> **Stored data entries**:
=== Begin Enclosure ===
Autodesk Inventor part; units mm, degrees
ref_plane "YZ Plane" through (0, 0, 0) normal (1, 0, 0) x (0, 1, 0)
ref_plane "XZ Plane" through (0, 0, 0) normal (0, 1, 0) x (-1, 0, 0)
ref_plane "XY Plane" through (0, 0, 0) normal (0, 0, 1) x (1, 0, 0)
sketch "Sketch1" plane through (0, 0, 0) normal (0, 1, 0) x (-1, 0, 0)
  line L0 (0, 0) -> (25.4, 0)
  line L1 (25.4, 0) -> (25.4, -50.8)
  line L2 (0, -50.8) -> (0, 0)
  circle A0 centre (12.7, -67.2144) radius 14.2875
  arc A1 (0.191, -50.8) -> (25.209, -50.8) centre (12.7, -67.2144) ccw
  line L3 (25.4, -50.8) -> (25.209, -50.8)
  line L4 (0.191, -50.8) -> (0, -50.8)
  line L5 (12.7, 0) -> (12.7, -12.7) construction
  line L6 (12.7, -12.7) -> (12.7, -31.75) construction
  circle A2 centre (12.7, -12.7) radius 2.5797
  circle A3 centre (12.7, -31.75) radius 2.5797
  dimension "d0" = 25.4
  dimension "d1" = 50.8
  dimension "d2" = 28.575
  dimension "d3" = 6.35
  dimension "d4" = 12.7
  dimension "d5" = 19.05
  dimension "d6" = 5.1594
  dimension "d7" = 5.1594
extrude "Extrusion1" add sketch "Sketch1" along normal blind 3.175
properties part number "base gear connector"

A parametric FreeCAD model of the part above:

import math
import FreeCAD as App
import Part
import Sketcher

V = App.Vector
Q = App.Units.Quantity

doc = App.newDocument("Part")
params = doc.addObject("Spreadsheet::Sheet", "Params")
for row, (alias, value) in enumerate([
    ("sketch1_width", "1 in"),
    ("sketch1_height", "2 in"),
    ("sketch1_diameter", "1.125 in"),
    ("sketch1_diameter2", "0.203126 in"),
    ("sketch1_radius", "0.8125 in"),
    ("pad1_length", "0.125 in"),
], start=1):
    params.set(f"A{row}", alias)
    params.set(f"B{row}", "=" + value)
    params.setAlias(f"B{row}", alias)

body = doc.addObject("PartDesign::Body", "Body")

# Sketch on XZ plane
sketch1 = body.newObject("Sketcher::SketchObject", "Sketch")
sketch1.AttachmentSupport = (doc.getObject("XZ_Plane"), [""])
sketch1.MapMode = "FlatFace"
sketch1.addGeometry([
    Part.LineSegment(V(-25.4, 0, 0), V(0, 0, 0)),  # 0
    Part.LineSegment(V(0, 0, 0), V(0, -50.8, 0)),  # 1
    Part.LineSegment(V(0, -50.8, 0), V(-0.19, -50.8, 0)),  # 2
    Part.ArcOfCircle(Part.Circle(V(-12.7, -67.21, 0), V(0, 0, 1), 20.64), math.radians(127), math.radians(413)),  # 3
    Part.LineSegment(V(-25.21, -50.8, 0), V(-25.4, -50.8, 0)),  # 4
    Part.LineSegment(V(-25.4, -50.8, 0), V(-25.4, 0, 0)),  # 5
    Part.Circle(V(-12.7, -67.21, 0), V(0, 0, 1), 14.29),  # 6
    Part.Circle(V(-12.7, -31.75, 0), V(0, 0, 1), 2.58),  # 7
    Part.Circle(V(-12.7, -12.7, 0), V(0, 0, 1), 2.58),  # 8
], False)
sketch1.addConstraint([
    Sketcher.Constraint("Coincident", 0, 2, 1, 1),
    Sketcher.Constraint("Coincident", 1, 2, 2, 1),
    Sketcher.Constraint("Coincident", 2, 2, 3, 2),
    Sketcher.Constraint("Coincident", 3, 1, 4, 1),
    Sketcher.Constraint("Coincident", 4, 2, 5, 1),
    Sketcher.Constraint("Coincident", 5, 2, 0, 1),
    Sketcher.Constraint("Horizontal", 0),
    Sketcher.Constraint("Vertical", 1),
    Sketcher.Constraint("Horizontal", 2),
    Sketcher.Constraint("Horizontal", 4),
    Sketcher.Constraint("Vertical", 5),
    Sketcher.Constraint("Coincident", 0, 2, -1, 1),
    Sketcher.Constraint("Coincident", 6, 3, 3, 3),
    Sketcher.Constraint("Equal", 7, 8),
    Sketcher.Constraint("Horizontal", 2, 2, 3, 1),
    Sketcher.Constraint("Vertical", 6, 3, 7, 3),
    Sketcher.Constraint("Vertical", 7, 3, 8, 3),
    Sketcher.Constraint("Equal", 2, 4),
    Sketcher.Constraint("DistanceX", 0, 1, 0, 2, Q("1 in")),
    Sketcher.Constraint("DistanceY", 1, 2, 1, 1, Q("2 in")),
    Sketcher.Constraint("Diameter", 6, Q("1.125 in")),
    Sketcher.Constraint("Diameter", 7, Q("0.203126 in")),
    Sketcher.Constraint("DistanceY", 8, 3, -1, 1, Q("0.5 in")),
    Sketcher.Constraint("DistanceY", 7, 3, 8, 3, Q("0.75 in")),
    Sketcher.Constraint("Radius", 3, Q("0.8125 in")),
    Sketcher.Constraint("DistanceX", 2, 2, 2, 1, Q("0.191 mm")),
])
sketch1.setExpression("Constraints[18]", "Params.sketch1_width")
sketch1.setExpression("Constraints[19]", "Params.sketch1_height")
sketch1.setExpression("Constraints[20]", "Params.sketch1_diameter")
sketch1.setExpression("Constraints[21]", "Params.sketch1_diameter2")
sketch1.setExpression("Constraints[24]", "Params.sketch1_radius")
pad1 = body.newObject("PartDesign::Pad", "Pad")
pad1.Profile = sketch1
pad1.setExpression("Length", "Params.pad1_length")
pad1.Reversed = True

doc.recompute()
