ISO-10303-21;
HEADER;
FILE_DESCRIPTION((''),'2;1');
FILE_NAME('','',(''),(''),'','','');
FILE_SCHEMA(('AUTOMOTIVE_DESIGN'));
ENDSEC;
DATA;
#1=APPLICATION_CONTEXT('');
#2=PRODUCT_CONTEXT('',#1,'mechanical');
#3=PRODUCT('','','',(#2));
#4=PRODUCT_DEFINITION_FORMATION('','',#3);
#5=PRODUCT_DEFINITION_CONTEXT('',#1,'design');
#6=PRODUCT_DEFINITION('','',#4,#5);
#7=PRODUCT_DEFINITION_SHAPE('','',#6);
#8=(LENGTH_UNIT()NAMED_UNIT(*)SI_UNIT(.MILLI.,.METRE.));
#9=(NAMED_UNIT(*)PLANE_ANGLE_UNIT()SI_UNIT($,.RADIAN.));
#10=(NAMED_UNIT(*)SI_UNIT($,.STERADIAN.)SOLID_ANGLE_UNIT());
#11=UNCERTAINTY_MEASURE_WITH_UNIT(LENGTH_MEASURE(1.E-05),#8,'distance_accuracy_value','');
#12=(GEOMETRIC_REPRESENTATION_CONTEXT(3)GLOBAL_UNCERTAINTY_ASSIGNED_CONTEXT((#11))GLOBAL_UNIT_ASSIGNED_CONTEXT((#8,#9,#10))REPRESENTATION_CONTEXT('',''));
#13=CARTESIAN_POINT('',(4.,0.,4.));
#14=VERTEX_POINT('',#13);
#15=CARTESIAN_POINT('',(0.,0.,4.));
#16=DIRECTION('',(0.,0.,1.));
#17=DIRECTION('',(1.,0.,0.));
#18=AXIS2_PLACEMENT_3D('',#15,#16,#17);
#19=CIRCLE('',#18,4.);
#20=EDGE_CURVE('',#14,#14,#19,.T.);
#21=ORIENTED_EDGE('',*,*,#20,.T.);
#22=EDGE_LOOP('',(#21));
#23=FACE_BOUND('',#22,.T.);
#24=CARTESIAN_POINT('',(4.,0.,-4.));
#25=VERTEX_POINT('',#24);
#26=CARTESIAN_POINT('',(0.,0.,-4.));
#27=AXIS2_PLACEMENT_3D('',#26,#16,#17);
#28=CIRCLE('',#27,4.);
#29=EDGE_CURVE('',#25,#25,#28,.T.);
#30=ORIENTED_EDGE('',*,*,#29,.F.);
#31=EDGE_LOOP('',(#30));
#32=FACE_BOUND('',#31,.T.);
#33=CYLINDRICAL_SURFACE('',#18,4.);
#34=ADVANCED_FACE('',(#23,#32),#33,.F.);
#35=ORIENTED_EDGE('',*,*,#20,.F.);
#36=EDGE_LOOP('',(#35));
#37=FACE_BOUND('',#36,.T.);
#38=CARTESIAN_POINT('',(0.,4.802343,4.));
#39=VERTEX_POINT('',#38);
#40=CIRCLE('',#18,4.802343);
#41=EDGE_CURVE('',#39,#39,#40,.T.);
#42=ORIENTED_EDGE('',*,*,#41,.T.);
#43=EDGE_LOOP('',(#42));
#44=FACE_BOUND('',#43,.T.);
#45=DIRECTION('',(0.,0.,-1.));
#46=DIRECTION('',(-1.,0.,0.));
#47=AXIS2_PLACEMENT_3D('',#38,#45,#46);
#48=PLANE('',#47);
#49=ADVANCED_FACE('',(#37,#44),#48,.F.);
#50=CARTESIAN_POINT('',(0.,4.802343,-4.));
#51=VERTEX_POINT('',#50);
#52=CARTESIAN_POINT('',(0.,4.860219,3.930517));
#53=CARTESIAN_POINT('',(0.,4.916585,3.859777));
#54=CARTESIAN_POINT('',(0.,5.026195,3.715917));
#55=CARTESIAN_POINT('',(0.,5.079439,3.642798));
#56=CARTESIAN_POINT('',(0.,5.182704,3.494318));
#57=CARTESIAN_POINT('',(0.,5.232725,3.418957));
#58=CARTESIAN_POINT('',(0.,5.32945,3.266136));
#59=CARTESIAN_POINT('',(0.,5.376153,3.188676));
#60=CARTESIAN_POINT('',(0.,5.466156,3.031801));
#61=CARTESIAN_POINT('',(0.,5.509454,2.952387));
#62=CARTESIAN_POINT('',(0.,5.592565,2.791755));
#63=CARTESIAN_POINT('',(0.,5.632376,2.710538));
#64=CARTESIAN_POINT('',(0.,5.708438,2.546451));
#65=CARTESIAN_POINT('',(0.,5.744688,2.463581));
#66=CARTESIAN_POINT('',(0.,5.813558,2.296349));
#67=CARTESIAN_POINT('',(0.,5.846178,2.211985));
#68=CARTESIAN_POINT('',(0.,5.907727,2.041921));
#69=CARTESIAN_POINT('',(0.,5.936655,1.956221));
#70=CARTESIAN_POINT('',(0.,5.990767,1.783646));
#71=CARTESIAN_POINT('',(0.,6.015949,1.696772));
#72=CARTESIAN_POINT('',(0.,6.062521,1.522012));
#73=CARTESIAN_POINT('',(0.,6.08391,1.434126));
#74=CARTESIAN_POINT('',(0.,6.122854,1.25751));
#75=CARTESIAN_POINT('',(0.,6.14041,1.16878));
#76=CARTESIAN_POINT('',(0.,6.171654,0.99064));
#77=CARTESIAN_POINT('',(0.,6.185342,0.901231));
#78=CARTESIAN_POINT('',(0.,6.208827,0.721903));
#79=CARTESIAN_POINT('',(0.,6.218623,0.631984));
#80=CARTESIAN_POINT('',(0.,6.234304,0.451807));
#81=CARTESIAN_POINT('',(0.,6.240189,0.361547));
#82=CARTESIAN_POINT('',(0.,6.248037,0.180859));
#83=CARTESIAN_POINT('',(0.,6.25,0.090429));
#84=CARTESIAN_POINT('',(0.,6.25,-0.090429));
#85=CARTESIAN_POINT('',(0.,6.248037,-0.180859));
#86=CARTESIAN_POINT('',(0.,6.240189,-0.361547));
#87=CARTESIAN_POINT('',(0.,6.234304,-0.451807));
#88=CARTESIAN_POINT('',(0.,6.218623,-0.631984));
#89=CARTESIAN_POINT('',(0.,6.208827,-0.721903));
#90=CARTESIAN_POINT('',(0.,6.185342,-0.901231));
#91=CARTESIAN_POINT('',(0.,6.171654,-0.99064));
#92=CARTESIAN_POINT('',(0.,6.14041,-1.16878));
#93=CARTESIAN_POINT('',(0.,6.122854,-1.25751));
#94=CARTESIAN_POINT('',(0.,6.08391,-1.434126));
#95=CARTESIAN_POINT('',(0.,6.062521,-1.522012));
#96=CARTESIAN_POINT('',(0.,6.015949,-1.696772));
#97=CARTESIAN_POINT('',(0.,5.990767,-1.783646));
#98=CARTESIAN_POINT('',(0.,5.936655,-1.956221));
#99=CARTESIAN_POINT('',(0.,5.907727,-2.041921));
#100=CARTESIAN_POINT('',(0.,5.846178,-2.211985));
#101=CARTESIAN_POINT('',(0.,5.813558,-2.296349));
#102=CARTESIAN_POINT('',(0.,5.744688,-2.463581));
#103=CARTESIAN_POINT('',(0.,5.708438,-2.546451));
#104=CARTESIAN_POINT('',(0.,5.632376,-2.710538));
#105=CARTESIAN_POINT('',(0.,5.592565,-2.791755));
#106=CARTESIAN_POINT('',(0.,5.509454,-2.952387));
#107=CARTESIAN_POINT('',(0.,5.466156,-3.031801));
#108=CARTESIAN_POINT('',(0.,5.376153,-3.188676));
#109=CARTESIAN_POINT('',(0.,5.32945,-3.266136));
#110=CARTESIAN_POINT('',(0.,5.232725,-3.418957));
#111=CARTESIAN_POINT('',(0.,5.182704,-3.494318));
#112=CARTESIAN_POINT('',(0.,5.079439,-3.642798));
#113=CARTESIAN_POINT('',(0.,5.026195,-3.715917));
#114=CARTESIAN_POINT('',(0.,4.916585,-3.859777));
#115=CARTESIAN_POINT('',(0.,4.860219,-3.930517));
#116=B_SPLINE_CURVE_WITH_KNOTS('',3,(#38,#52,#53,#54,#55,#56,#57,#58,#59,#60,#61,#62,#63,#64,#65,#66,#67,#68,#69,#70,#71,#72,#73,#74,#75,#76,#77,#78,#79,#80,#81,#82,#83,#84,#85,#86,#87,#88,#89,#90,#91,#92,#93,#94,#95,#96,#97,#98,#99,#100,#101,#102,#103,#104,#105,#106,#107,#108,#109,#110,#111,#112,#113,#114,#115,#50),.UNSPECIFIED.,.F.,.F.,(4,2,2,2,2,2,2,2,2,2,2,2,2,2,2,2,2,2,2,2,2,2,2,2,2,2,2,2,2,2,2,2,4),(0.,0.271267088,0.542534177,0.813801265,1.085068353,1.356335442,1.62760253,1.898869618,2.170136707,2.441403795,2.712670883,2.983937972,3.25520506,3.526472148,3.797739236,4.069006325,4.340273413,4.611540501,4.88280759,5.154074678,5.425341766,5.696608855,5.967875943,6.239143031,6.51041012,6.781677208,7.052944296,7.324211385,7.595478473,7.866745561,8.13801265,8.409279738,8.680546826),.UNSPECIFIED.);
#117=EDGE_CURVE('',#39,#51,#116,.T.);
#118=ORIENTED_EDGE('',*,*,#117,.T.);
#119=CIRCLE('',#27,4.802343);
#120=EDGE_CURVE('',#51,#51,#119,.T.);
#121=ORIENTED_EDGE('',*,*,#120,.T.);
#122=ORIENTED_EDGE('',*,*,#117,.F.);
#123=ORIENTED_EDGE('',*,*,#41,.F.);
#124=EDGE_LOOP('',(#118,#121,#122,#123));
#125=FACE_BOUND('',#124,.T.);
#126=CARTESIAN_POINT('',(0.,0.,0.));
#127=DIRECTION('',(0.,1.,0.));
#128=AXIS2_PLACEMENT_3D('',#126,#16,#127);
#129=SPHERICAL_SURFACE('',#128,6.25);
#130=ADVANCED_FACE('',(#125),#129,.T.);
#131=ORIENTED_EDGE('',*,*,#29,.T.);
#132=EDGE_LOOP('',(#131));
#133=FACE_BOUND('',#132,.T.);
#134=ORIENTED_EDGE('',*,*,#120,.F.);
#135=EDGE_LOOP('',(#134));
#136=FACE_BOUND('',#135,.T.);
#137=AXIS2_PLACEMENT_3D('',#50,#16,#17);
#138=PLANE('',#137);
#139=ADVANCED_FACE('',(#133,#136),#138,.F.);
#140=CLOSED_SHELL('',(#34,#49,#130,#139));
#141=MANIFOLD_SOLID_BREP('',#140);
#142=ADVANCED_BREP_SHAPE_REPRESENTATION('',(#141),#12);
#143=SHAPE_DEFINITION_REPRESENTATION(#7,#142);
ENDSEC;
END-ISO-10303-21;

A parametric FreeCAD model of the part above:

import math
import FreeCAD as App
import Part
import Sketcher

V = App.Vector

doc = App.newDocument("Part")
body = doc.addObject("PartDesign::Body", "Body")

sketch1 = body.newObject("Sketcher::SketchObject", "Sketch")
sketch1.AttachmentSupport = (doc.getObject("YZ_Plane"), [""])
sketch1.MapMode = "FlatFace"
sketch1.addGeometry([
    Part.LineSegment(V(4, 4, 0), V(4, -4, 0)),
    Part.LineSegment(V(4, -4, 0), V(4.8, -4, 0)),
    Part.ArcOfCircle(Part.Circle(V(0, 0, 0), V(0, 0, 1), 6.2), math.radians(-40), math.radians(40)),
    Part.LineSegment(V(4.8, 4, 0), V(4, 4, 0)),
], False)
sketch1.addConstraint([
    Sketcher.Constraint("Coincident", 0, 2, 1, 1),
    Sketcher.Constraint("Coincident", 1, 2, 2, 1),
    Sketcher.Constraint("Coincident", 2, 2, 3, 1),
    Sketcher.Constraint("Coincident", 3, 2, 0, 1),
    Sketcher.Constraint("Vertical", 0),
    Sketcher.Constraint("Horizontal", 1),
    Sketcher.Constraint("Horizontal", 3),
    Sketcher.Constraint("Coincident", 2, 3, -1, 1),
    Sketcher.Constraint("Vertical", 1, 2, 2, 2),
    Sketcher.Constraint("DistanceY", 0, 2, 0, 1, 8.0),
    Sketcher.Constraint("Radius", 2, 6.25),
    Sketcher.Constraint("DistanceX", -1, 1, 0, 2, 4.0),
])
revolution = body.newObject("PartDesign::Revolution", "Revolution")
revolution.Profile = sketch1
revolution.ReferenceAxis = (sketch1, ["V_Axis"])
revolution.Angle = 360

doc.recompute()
=== End Enclosure ===
> **TRY IT**: From the entries above, collect every line with the string "DIRECTION" in it.

> **RESPONSE TO THE EXERCISE**:
#16=DIRECTION('',(0.,0.,1.));
#17=DIRECTION('',(1.,0.,0.));
#45=DIRECTION('',(0.,0.,-1.));
#46=DIRECTION('',(-1.,0.,0.));
#127=DIRECTION('',(0.,1.,0.));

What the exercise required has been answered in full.